What you should do:
Starting at the top of the entries below, set down each line exactly as written, and stop after the line containing "f 313 309 447".

The data:
※

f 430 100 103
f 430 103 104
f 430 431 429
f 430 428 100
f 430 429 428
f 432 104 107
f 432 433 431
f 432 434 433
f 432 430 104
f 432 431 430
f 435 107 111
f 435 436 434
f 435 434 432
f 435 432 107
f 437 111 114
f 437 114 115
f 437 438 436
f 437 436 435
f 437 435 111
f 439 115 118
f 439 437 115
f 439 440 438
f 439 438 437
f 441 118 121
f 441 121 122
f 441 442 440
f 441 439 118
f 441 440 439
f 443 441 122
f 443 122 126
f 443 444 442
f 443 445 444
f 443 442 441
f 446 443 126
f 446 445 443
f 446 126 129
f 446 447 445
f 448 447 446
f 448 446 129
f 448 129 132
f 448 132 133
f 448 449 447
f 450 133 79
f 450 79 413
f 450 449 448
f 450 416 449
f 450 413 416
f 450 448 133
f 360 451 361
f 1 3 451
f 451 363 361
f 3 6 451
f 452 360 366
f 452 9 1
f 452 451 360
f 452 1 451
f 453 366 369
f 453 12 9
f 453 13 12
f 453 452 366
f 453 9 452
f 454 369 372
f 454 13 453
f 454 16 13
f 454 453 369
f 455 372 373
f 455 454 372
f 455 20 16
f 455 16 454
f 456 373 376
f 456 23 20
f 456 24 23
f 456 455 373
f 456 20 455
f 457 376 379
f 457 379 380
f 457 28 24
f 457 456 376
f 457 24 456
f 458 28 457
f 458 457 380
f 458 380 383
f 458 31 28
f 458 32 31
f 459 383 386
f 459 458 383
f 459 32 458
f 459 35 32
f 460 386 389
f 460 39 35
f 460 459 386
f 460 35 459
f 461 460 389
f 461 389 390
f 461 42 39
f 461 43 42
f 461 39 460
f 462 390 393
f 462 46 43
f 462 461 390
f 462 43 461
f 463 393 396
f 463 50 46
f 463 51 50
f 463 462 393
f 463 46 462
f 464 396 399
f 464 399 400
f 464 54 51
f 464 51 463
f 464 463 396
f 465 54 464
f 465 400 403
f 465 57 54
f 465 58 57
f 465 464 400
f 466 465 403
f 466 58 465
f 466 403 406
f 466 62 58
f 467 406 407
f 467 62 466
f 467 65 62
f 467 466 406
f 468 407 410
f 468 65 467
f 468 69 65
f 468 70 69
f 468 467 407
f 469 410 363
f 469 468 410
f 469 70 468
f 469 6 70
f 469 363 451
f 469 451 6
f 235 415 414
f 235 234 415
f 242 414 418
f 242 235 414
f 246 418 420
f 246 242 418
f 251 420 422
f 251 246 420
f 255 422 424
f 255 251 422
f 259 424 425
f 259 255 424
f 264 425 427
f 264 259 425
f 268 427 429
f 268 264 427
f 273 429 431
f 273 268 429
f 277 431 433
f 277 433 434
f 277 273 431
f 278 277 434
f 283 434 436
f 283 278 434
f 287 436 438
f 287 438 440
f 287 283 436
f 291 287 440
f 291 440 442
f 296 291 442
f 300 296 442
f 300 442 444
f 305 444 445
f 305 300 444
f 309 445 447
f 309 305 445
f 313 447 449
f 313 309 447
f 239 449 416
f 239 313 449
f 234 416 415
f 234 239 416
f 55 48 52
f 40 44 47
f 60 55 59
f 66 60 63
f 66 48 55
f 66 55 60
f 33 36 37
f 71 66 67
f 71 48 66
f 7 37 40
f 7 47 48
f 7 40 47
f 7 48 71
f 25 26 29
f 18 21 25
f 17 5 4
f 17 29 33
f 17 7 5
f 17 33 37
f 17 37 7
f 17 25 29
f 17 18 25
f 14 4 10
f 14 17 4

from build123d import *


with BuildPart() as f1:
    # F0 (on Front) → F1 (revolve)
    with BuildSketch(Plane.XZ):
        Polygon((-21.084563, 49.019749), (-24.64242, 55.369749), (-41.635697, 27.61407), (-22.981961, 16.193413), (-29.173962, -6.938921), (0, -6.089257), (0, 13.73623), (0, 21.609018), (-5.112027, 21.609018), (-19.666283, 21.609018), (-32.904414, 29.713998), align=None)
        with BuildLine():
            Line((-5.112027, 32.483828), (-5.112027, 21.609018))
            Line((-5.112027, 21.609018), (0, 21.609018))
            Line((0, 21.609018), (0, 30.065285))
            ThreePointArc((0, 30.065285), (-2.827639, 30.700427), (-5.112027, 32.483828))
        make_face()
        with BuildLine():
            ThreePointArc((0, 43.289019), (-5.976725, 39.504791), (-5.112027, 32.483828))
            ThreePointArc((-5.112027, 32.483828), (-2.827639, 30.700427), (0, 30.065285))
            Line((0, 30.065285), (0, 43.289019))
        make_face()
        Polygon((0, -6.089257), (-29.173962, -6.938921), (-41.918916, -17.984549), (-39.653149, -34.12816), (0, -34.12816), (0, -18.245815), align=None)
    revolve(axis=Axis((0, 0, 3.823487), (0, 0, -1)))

※

Solved problem:
f 430 100 103
f 430 103 104
f 430 431 429
f 430 428 100
f 430 429 428
f 432 104 107
f 432 433 431
f 432 434 433
f 432 430 104
f 432 431 430
f 435 107 111
f 435 436 434
f 435 434 432
f 435 432 107
f 437 111 114
f 437 114 115
f 437 438 436
f 437 436 435
f 437 435 111
f 439 115 118
f 439 437 115
f 439 440 438
f 439 438 437
f 441 118 121
f 441 121 122
f 441 442 440
f 441 439 118
f 441 440 439
f 443 441 122
f 443 122 126
f 443 444 442
f 443 445 444
f 443 442 441
f 446 443 126
f 446 445 443
f 446 126 129
f 446 447 445
f 448 447 446
f 448 446 129
f 448 129 132
f 448 132 133
f 448 449 447
f 450 133 79
f 450 79 413
f 450 449 448
f 450 416 449
f 450 413 416
f 450 448 133
f 360 451 361
f 1 3 451
f 451 363 361
f 3 6 451
f 452 360 366
f 452 9 1
f 452 451 360
f 452 1 451
f 453 366 369
f 453 12 9
f 453 13 12
f 453 452 366
f 453 9 452
f 454 369 372
f 454 13 453
f 454 16 13
f 454 453 369
f 455 372 373
f 455 454 372
f 455 20 16
f 455 16 454
f 456 373 376
f 456 23 20
f 456 24 23
f 456 455 373
f 456 20 455
f 457 376 379
f 457 379 380
f 457 28 24
f 457 456 376
f 457 24 456
f 458 28 457
f 458 457 380
f 458 380 383
f 458 31 28
f 458 32 31
f 459 383 386
f 459 458 383
f 459 32 458
f 459 35 32
f 460 386 389
f 460 39 35
f 460 459 386
f 460 35 459
f 461 460 389
f 461 389 390
f 461 42 39
f 461 43 42
f 461 39 460
f 462 390 393
f 462 46 43
f 462 461 390
f 462 43 461
f 463 393 396
f 463 50 46
f 463 51 50
f 463 462 393
f 463 46 462
f 464 396 399
f 464 399 400
f 464 54 51
f 464 51 463
f 464 463 396
f 465 54 464
f 465 400 403
f 465 57 54
f 465 58 57
f 465 464 400
f 466 465 403
f 466 58 465
f 466 403 406
f 466 62 58
f 467 406 407
f 467 62 466
f 467 65 62
f 467 466 406
f 468 407 410
f 468 65 467
f 468 69 65
f 468 70 69
f 468 467 407
f 469 410 363
f 469 468 410
f 469 70 468
f 469 6 70
f 469 363 451
f 469 451 6
f 235 415 414
f 235 234 415
f 242 414 418
f 242 235 414
f 246 418 420
f 246 242 418
f 251 420 422
f 251 246 420
f 255 422 424
f 255 251 422
f 259 424 425
f 259 255 424
f 264 425 427
f 264 259 425
f 268 427 429
f 268 264 427
f 273 429 431
f 273 268 429
f 277 431 433
f 277 433 434
f 277 273 431
f 278 277 434
f 283 434 436
f 283 278 434
f 287 436 438
f 287 438 440
f 287 283 436
f 291 287 440
f 291 440 442
f 296 291 442
f 300 296 442
f 300 442 444
f 305 444 445
f 305 300 444
f 309 445 447
f 309 305 445
f 313 447 449
f 313 309 447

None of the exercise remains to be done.